Observed significance level

For each of the below questions (1, 3, 5), determine the observed significance level. How would I do this?

1. The data below represents a random sample of weights (in grams) from a batch of a particular product. The nominal value is 87.5 grams. Prove that this sample is consistent with the nominal value, to a 90% confidence level.
Ans:
Mean=86.4
Standard deviation = 5.333
The degree of freedom is 20-1=19.
The critical t value at 0.1 significance level is 1.73
Margin of error=critical value*standard deviation/sqrt(n)=1.73*5.333/sqrt(20)=2.1
Upper limit: 86.4+2.1=88.5
Lower limit: 86.4-2.1=84.3
Therefore, the 90% confidence interval is [84.3, 88.5]

Since the value 87.5 is within this interval, this sample is consistent with the nominal value, to a 90% confidence level.

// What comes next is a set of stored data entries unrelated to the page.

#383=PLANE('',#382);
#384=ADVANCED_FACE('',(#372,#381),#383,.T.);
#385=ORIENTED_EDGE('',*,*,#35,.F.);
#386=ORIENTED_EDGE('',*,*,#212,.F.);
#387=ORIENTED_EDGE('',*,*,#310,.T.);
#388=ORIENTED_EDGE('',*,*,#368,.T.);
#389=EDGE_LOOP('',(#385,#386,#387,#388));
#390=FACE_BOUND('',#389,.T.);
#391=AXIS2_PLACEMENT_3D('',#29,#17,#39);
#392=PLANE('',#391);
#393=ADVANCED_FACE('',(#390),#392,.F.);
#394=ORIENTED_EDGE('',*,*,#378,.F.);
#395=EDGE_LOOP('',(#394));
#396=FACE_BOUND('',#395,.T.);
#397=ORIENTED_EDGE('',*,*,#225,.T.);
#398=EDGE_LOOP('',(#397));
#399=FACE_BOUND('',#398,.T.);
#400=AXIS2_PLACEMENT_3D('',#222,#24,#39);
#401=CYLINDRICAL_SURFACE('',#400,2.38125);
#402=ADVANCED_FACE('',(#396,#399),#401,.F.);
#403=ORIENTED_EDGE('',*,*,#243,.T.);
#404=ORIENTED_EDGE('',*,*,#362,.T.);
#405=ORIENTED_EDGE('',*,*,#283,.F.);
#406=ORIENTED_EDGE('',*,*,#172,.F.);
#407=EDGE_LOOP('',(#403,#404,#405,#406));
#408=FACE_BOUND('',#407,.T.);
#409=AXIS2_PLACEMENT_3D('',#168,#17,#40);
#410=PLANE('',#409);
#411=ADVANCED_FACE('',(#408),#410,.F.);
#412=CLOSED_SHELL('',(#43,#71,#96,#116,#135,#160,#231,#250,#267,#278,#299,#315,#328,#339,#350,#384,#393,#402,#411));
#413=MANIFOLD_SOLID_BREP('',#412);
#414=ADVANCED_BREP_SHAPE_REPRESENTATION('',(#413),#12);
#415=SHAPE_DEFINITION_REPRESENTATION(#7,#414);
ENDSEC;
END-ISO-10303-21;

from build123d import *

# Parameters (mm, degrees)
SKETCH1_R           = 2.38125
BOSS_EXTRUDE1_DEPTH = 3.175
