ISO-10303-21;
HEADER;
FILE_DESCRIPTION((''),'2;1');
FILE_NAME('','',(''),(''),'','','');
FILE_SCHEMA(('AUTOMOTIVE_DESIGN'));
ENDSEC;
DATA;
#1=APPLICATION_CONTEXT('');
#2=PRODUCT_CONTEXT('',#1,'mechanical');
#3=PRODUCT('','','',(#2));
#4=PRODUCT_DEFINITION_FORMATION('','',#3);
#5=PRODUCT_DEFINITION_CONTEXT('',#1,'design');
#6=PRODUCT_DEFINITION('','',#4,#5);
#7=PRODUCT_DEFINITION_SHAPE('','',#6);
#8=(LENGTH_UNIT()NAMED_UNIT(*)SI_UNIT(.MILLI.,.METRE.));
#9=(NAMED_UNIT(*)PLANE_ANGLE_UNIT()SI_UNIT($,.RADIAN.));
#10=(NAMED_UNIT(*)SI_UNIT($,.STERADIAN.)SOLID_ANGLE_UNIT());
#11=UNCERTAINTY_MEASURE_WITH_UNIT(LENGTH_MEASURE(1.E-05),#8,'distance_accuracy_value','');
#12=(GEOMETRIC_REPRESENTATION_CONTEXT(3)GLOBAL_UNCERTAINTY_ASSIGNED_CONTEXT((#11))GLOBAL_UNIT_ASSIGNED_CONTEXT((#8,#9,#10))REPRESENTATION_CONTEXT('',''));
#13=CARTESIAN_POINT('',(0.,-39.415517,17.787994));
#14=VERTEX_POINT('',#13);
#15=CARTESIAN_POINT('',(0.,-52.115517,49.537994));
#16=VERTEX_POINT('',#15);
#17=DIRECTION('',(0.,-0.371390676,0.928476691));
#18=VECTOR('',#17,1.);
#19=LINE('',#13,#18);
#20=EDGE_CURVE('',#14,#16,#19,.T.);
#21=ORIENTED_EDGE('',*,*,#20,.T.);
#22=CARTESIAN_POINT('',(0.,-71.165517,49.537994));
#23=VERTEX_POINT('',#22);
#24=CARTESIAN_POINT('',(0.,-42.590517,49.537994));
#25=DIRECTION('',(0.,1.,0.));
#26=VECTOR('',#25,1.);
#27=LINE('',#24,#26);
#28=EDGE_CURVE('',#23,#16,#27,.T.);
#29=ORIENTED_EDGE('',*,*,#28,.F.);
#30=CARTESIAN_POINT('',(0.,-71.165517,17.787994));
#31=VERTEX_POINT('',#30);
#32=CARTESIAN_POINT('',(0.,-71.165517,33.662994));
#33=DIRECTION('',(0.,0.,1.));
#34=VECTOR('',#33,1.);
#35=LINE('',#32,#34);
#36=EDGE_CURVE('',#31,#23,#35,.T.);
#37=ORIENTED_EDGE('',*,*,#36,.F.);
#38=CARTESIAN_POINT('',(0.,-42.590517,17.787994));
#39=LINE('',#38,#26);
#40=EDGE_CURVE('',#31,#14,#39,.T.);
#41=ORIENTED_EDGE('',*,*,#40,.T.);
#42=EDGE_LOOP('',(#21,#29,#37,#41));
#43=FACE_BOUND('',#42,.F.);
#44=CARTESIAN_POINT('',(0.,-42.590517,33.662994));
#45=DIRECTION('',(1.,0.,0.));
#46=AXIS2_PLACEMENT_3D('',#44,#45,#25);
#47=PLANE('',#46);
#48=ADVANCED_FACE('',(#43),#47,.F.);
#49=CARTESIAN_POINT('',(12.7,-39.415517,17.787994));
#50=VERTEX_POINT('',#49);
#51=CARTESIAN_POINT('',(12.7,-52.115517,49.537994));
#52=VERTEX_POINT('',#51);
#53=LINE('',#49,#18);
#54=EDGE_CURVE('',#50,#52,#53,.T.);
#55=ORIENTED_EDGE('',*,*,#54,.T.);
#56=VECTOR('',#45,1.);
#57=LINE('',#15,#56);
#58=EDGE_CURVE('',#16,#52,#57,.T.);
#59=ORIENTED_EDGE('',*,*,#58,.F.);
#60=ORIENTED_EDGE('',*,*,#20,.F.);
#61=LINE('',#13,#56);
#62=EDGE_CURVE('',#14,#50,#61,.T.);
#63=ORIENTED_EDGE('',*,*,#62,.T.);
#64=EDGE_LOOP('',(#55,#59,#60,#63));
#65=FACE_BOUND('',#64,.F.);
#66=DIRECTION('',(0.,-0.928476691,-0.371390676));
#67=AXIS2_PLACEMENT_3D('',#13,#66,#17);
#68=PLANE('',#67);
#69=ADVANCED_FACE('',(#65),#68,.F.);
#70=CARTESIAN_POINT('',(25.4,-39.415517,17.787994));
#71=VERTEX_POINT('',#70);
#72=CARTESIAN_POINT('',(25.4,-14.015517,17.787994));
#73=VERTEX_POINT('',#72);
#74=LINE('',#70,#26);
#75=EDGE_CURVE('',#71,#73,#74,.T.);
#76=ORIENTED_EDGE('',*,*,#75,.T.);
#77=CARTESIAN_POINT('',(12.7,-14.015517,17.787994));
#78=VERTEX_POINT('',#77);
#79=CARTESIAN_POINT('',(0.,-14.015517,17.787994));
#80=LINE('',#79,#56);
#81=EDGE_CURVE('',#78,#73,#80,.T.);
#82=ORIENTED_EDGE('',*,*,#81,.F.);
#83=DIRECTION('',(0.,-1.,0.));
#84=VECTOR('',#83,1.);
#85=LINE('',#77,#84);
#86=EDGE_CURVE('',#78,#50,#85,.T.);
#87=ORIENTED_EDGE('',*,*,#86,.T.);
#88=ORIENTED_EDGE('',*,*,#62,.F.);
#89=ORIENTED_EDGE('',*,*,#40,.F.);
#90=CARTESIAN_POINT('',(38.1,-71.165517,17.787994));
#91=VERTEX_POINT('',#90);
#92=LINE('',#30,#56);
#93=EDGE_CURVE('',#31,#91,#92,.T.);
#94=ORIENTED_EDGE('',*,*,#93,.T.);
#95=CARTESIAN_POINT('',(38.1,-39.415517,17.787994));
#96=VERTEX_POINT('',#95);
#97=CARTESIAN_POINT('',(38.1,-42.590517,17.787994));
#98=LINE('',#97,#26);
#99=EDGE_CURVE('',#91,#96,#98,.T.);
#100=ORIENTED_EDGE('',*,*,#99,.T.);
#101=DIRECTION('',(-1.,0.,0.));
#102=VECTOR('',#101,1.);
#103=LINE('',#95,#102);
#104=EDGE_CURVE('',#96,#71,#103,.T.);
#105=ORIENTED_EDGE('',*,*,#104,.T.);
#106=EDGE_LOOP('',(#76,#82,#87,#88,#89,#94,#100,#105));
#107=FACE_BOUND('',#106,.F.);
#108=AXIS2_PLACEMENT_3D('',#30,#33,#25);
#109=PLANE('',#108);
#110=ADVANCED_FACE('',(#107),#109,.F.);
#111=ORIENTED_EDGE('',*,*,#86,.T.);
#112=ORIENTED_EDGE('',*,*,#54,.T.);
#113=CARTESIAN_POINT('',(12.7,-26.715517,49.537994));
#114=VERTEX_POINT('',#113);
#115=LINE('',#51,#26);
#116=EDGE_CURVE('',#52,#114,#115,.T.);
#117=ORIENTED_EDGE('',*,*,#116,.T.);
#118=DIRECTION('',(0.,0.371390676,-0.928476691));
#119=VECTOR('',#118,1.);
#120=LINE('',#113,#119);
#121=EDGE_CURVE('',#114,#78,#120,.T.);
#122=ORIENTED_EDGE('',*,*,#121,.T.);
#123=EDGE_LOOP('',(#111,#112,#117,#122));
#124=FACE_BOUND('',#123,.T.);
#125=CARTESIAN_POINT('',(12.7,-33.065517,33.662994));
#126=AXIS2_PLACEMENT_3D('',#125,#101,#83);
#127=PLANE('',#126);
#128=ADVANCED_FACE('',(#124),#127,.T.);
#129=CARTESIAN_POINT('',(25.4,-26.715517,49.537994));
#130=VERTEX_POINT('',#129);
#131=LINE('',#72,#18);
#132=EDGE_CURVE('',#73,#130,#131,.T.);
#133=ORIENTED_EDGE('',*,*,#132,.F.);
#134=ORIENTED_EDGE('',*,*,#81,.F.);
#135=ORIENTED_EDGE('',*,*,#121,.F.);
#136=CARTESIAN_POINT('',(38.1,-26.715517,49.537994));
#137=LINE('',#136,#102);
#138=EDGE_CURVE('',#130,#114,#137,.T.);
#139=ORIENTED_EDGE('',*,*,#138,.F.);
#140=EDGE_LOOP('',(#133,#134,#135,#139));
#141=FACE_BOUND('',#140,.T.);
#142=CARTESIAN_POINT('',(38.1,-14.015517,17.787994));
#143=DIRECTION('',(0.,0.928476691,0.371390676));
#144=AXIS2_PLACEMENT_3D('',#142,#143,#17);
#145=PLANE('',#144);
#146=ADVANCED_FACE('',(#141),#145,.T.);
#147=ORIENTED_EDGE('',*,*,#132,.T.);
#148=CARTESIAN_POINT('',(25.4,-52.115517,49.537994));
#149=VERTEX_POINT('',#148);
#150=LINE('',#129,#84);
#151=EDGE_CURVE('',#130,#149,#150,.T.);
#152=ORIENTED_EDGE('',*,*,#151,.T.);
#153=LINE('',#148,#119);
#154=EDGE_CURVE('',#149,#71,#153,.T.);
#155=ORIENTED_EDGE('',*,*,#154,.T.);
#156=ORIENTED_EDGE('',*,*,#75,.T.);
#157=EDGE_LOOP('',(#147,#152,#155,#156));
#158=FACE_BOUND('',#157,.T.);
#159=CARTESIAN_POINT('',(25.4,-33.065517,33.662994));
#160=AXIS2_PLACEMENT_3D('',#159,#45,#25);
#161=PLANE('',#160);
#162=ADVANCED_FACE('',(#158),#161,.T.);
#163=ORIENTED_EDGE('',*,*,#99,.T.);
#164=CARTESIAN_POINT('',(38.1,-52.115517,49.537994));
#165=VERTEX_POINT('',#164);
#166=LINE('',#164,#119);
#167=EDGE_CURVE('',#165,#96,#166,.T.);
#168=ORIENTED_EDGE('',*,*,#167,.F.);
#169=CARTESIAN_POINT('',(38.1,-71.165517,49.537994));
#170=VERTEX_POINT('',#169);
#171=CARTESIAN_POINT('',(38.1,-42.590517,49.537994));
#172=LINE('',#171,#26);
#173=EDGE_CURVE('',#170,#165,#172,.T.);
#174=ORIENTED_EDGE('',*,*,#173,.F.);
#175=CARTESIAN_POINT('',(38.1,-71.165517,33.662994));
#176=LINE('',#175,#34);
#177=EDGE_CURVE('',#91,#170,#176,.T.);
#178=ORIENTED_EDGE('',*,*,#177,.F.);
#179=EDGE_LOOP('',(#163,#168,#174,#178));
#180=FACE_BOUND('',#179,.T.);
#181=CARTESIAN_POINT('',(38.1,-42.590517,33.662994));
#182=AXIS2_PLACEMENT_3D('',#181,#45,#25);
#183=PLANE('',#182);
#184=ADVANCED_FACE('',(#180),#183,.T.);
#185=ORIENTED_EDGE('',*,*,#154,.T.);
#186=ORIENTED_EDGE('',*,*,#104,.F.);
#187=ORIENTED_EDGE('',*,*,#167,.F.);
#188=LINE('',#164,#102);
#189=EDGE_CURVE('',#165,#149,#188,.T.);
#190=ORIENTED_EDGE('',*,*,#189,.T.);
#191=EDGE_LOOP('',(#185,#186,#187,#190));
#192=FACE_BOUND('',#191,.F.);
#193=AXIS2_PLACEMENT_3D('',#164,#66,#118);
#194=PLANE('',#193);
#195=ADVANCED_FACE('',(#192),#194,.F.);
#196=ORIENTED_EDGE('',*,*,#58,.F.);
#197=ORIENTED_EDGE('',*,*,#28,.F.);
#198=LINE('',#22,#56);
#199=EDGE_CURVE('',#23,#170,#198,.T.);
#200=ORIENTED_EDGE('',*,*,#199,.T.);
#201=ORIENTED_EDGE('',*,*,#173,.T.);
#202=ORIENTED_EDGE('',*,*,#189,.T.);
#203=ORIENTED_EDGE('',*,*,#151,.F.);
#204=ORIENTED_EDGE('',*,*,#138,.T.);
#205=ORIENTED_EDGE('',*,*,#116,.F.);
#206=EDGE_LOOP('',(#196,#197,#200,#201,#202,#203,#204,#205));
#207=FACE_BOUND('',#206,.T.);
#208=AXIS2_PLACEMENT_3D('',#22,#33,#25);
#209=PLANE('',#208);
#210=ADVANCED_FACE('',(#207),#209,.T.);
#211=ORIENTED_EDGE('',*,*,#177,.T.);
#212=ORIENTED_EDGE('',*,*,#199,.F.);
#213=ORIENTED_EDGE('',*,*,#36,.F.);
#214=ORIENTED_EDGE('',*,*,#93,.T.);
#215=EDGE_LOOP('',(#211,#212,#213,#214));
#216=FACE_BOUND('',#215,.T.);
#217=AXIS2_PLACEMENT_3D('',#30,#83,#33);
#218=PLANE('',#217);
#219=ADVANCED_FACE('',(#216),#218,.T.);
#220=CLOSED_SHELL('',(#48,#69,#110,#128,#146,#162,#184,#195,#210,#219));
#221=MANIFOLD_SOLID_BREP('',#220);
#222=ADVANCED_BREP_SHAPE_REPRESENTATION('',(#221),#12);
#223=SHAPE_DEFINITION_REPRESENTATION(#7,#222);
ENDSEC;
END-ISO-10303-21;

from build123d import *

# Parameters (mm, degrees)
F0_W     = 57.15
F0_H     = 31.75
F1_DEPTH = 38.1
F3_DEPTH = 12.7
F4_DEPTH = 38.1
F6_DEPTH = 12.7


with BuildPart() as f1:
    # F0 (on Right) → F1 (new body)
    with BuildSketch(Plane.YZ):
        with Locations((-42.5905166194, 33.662993957)):
            Rectangle(F0_W, F0_H)
    extrude(amount=F1_DEPTH)

    # F2 (on face) → F3 (cut)
    with BuildSketch(Plane.YZ.offset(38.1)):
        Polygon((-14.0155166194, 17.787993957), (-26.7155166194, 49.537993957), (-52.1155166194, 49.537993957), (-39.4155166194, 17.787993957), align=None)
    extrude(amount=-F3_DEPTH, mode=Mode.SUBTRACT)

    # F4 (cut): a face of the model
    f4_faces = [f1.faces().sort_by_distance(p)[0] for p in [
        (38.1, -18.2488499527, 38.9546606237),
    ]]
    extrude(f4_faces, amount=-F4_DEPTH, mode=Mode.SUBTRACT)

    # F5 (on face) → F6 (cut)
    with BuildSketch(Plane(origin=(0, 0, 0), x_dir=(0, -1, 0), z_dir=(-1, 0, 0))):
        Polygon((39.4155166194, 17.787993957), (52.1155166194, 49.537993957), (26.7155166194, 49.537993957), (14.0155166194, 17.787993957), align=None)
    extrude(amount=-F6_DEPTH, mode=Mode.SUBTRACT)


solid = f1.part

Data: (85.81274288, 88.7236203, 83.33202174, 87.39825986, 80.80214318, 79.35480832, 80.6169453, 72.96436719, 90.04840768, 91.57450896, 88.99970927, 87.72667891, 86.87734579, 89.72700899, 94.49946214, 95.43705338, 83.83021658, 88.22971068, 83.5693944, 88.4552547)
3. A manufacturer claims that a particular kind of solar shade can reduce the ambient temperature by 2 degrees centigrade over traditional materials. Over random times over several days, temperatures were taken at the same time under a traditional awning and an adjacent awning using this brand of solar shade. In the Data file below, column A is the traditional and column B is the new shade. Prove whether or not the manufacturer's claims are true to 95% confidence level.
Ans:
First figure out the difference for each, then figure out the mean and standard deviation for the difference.
Mean = 2.10168
Standard deviation = 0.52158
Degrees of freedom: 20-1=19
The critical value for 95% confidence interval is 2.09
Margin of error = 2.09*0.52158/sqrt (20) = 0.24375
Lower limit: 2.10168-0.24375=1.85793
Upper limit: 2.10168+0.24375=2.34543.
Since the interval [1.85793, 2.34543] contains the value of 2, we could not conclude that the manufacturer's claims are true to 95% confidence level.

A B
24.24313 21.87521
28.72897 28.0444
21.48468 19.51498
26.08379 24.38939
25.78293 23.63512
24.10804 21.26163
30.84396 28.50113
18.90814 16.52972
21.3339 19.36128
24.68048 22.21857
29.16487 27.20792
19.73482 17.45729
15.69726 12.61739
21.36029 18.98967
31.69022 30.10404
20.35358 18.84266
24.07602 22.27601
26.95173 24.68808
14.39104 11.87781
24.77026 22.96222

5. A random sample of 135 dentists indicated that 84 recommended sugarless gum for their patients that chew gum. What is a 99% confidence interval for the true proportion of dentists in the population that would make such a recommendation?
ANS:
=Proportion of doctors who recommended sugarless gum=84/135=0.62222
1-0.62222=0.37778
n=sample size=135
Since we are not given population parameters, we will approximate them with sample statistics.
p= =0.62222
q= 0.37778

Estimated standard error of proportion=S.E = 0.041728

Since sample size is large, we will use z statistics. A 99% confidence level will include 49.5% of the area on either side of the mean in the sampling distribution.

Refer to the Standard normal distribution tables and look for area=0.475
We get Z=2.58.

Lower limit of confidence interval= 0.62222-2.58*0.041728=0.51456
Upper limit of confidence interval= 0.62222+2.58*0.041728=0.72988

We can say with 99% confidence that proportion of true proportion of the doctors who recommended sugarless gum lies between 0.51456 and 0.712988.